Brief → Only the lines containing "SUBTRACT" belong in the answer; find them in the material below.

================================

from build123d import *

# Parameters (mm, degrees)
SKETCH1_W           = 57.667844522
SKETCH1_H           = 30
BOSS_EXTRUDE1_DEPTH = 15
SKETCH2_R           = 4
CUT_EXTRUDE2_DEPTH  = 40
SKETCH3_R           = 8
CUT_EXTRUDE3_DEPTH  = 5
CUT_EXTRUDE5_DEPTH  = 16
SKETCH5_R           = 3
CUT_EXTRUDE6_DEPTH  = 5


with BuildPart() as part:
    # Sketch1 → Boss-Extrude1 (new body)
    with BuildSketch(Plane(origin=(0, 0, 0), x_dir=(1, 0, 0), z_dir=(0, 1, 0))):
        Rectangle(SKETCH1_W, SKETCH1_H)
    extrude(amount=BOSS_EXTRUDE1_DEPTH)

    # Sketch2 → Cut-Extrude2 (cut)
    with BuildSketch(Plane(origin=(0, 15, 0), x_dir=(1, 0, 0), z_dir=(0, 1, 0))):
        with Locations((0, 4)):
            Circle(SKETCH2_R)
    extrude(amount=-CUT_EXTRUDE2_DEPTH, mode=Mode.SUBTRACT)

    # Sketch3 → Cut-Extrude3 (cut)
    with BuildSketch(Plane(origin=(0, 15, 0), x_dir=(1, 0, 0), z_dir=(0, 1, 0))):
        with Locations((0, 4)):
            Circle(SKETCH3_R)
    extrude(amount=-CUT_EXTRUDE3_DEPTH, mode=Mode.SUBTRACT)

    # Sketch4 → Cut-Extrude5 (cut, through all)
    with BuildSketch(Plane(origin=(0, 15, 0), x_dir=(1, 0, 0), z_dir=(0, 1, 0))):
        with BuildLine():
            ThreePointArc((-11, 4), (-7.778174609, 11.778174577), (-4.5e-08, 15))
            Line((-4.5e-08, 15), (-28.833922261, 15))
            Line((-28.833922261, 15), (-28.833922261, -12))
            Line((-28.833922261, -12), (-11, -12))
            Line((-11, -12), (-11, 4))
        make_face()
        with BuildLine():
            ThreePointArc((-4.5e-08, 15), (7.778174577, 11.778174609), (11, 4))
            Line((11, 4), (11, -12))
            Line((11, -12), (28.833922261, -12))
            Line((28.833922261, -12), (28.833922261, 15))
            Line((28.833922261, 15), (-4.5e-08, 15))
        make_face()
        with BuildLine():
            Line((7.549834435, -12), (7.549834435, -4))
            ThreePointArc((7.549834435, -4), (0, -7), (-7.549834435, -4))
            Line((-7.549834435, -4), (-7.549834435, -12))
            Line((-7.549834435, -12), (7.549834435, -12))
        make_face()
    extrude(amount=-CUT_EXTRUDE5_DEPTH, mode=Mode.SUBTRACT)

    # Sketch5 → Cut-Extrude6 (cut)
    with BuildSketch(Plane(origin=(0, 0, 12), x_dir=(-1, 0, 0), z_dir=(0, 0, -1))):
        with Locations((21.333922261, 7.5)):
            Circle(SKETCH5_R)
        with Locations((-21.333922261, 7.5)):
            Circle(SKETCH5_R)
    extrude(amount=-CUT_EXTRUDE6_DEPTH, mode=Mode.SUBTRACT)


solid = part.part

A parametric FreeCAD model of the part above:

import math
import FreeCAD as App
import Part
import Sketcher
from FreeCAD import Vector
Q = App.Units.Quantity

doc = App.newDocument("Part")
body = doc.addObject("PartDesign::Body", "Body")

sketch1 = doc.addObject("Sketcher::SketchObject", "Sketch")
body.addObject(sketch1)
sketch1.AttachmentSupport = (doc.XZ_Plane, [""])
sketch1.MapMode = "FlatFace"
sketch1.addGeometry([
    Part.LineSegment(Vector(-29, -15, 0), Vector(-29, 15, 0)),
    Part.LineSegment(Vector(-29, 15, 0), Vector(29, 15, 0)),
    Part.LineSegment(Vector(29, 15, 0), Vector(29, -15, 0)),
    Part.LineSegment(Vector(29, -15, 0), Vector(-29, -15, 0)),
], False)
sketch1.addConstraint([
    Sketcher.Constraint("Coincident", 0, 2, 1, 1),
    Sketcher.Constraint("Coincident", 1, 2, 2, 1),
    Sketcher.Constraint("Coincident", 2, 2, 3, 1),
    Sketcher.Constraint("Coincident", 3, 2, 0, 1),
    Sketcher.Constraint("Vertical", 0),
    Sketcher.Constraint("Horizontal", 1),
    Sketcher.Constraint("Vertical", 2),
    Sketcher.Constraint("Horizontal", 3),
    Sketcher.Constraint("Symmetric", 0, 2, 2, 2, -1, 1),
    Sketcher.Constraint("DistanceY", 0, 1, 0, 2, Q("30 mm")),
    Sketcher.Constraint("DistanceX", 1, 1, 1, 2, Q("57.667845 mm")),
])
pad1 = doc.addObject("PartDesign::Pad", "Pad")
body.addObject(pad1)
pad1.Profile = sketch1
pad1.Length = 15
pad1.Reversed = True

sketch2 = doc.addObject("Sketcher::SketchObject", "Sketch001")
body.addObject(sketch2)
sketch2.AttachmentSupport = (doc.XZ_Plane, [""])
sketch2.MapMode = "FlatFace"
sketch2.AttachmentOffset = App.Placement(Vector(0, 0, -15), App.Rotation())
sketch2.addGeometry(Part.Circle(Vector(0, -4, 0), Vector(0, 0, 1), 4), False)
sketch2.addConstraint([
    Sketcher.Constraint("PointOnObject", 0, 3, -2),
    Sketcher.Constraint("Diameter", 0, Q("8 mm")),
    Sketcher.Constraint("DistanceY", 0, 3, -1, 1, Q("4 mm")),
])
pocket1 = doc.addObject("PartDesign::Pocket", "Pocket")
body.addObject(pocket1)
pocket1.Profile = sketch2
pocket1.Length = 40
pocket1.Reversed = True

sketch3 = doc.addObject("Sketcher::SketchObject", "Sketch002")
body.addObject(sketch3)
sketch3.AttachmentSupport = (doc.XZ_Plane, [""])
sketch3.MapMode = "FlatFace"
sketch3.AttachmentOffset = App.Placement(Vector(0, 0, -15), App.Rotation())
sketch3.addGeometry(Part.Circle(Vector(0, -4, 0), Vector(0, 0, 1), 8), False)
sketch3.addConstraint([
    Sketcher.Constraint("PointOnObject", 0, 3, -2),
    Sketcher.Constraint("Diameter", 0, Q("16 mm")),
    Sketcher.Constraint("DistanceY", 0, 3, -1, 1, Q("4 mm")),
])
pocket2 = doc.addObject("PartDesign::Pocket", "Pocket001")
body.addObject(pocket2)
pocket2.Profile = sketch3
pocket2.Length = 5
pocket2.Reversed = True

sketch4 = doc.addObject("Sketcher::SketchObject", "Sketch003")
body.addObject(sketch4)
sketch4.AttachmentSupport = (doc.XZ_Plane, [""])
sketch4.MapMode = "FlatFace"
sketch4.AttachmentOffset = App.Placement(Vector(0, 0, -15), App.Rotation())
sketch4.addGeometry([
    Part.ArcOfCircle(Part.Circle(Vector(0, -4, 0), Vector(0, 0, 1), 11), math.radians(180), math.radians(270)),
    Part.LineSegment(Vector(0, -15, 0), Vector(-29, -15, 0)),
    Part.LineSegment(Vector(-29, -15, 0), Vector(-29, 12, 0)),
    Part.LineSegment(Vector(-29, 12, 0), Vector(-11, 12, 0)),
    Part.LineSegment(Vector(-11, 12, 0), Vector(-11, -4, 0)),
    Part.ArcOfCircle(Part.Circle(Vector(0, -4, 0), Vector(0, 0, 1), 11), math.radians(-90), math.radians(0)),
    Part.LineSegment(Vector(11, -4, 0), Vector(11, 12, 0)),
    Part.LineSegment(Vector(11, 12, 0), Vector(29, 12, 0)),
    Part.LineSegment(Vector(29, 12, 0), Vector(29, -15, 0)),
    Part.LineSegment(Vector(29, -15, 0), Vector(0, -15, 0)),
    Part.LineSegment(Vector(8, 12, 0), Vector(8, 4, 0)),
    Part.ArcOfCircle(Part.Circle(Vector(0, -4, 0), Vector(0, 0, 1), 11), math.radians(47), math.radians(133)),
    Part.LineSegment(Vector(-8, 4, 0), Vector(-8, 12, 0)),
    Part.LineSegment(Vector(-8, 12, 0), Vector(8, 12, 0)),
], False)
sketch4.addConstraint([
    Sketcher.Constraint("Tangent", 0, 2, 1, 1),
    Sketcher.Constraint("Coincident", 1, 2, 2, 1),
    Sketcher.Constraint("Coincident", 2, 2, 3, 1),
    Sketcher.Constraint("Coincident", 3, 2, 4, 1),
    Sketcher.Constraint("Tangent", 4, 2, 0, 1),
    Sketcher.Constraint("Tangent", 5, 2, 6, 1),
    Sketcher.Constraint("Coincident", 6, 2, 7, 1),
    Sketcher.Constraint("Coincident", 7, 2, 8, 1),
    Sketcher.Constraint("Coincident", 8, 2, 9, 1),
    Sketcher.Constraint("Tangent", 9, 2, 5, 1),
    Sketcher.Constraint("Coincident", 10, 2, 11, 1),
    Sketcher.Constraint("Coincident", 11, 2, 12, 1),
    Sketcher.Constraint("Coincident", 12, 2, 13, 1),
    Sketcher.Constraint("Coincident", 13, 2, 10, 1),
    Sketcher.Constraint("Horizontal", 1),
    Sketcher.Constraint("Vertical", 2),
    Sketcher.Constraint("Horizontal", 3),
    Sketcher.Constraint("Vertical", 4),
    Sketcher.Constraint("Vertical", 6),
    Sketcher.Constraint("Horizontal", 7),
    Sketcher.Constraint("Vertical", 8),
    Sketcher.Constraint("Horizontal", 9),
    Sketcher.Constraint("Vertical", 10),
    Sketcher.Constraint("Vertical", 12),
    Sketcher.Constraint("Horizontal", 13),
    Sketcher.Constraint("Coincident", 5, 3, 0, 3),
    Sketcher.Constraint("Coincident", 11, 3, 0, 3),
    Sketcher.Constraint("Equal", 0, 5),
    Sketcher.Constraint("Equal", 5, 11),
    Sketcher.Constraint("Symmetric", 3, 2, 6, 2, -2),
    Sketcher.Constraint("Horizontal", 10, 2, 11, 2),
    Sketcher.Constraint("Horizontal", 7, 2, 12, 2),
    Sketcher.Constraint("Equal", 3, 7),
    Sketcher.Constraint("Radius", 0, Q("11 mm")),
    Sketcher.Constraint("DistanceY", 2, 1, 2, 2, Q("27 mm")),
    Sketcher.Constraint("DistanceY", 10, 2, 10, 1, Q("8 mm")),
    Sketcher.Constraint("DistanceY", 0, 3, -1, 1, Q("4 mm")),
    Sketcher.Constraint("DistanceX", 1, 2, 1, 1, Q("28.833922 mm")),
])
pocket3 = doc.addObject("PartDesign::Pocket", "Pocket002")
body.addObject(pocket3)
pocket3.Profile = sketch4
pocket3.Type = "ThroughAll"
pocket3.Reversed = True

sketch5 = doc.addObject("Sketcher::SketchObject", "Sketch004")
body.addObject(sketch5)
sketch5.AttachmentSupport = (doc.XY_Plane, [""])
sketch5.MapMode = "FlatFace"
sketch5.AttachmentOffset = App.Placement(Vector(0, 0, 12), App.Rotation())
sketch5.addGeometry([
    Part.Circle(Vector(-21.3, 7.5, 0), Vector(0, 0, 1), 3),
    Part.Circle(Vector(21.3, 7.5, 0), Vector(0, 0, 1), 3),
], False)
sketch5.addConstraint([
    Sketcher.Constraint("Equal", 0, 1),
    Sketcher.Constraint("Symmetric", 0, 3, 1, 3, -2),
    Sketcher.Constraint("Diameter", 0, Q("6 mm")),
    Sketcher.Constraint("DistanceY", -1, 1, 0, 3, Q("7.5 mm")),
    Sketcher.Constraint("DistanceX", 0, 3, -1, 1, Q("21.333922 mm")),
])
pocket4 = doc.addObject("PartDesign::Pocket", "Pocket003")
body.addObject(pocket4)
pocket4.Profile = sketch5
pocket4.Length = 5
pocket4.Reversed = True

doc.recompute()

================================

Task output →
    extrude(amount=-CUT_EXTRUDE2_DEPTH, mode=Mode.SUBTRACT)
    extrude(amount=-CUT_EXTRUDE3_DEPTH, mode=Mode.SUBTRACT)
    extrude(amount=-CUT_EXTRUDE5_DEPTH, mode=Mode.SUBTRACT)
    extrude(amount=-CUT_EXTRUDE6_DEPTH, mode=Mode.SUBTRACT)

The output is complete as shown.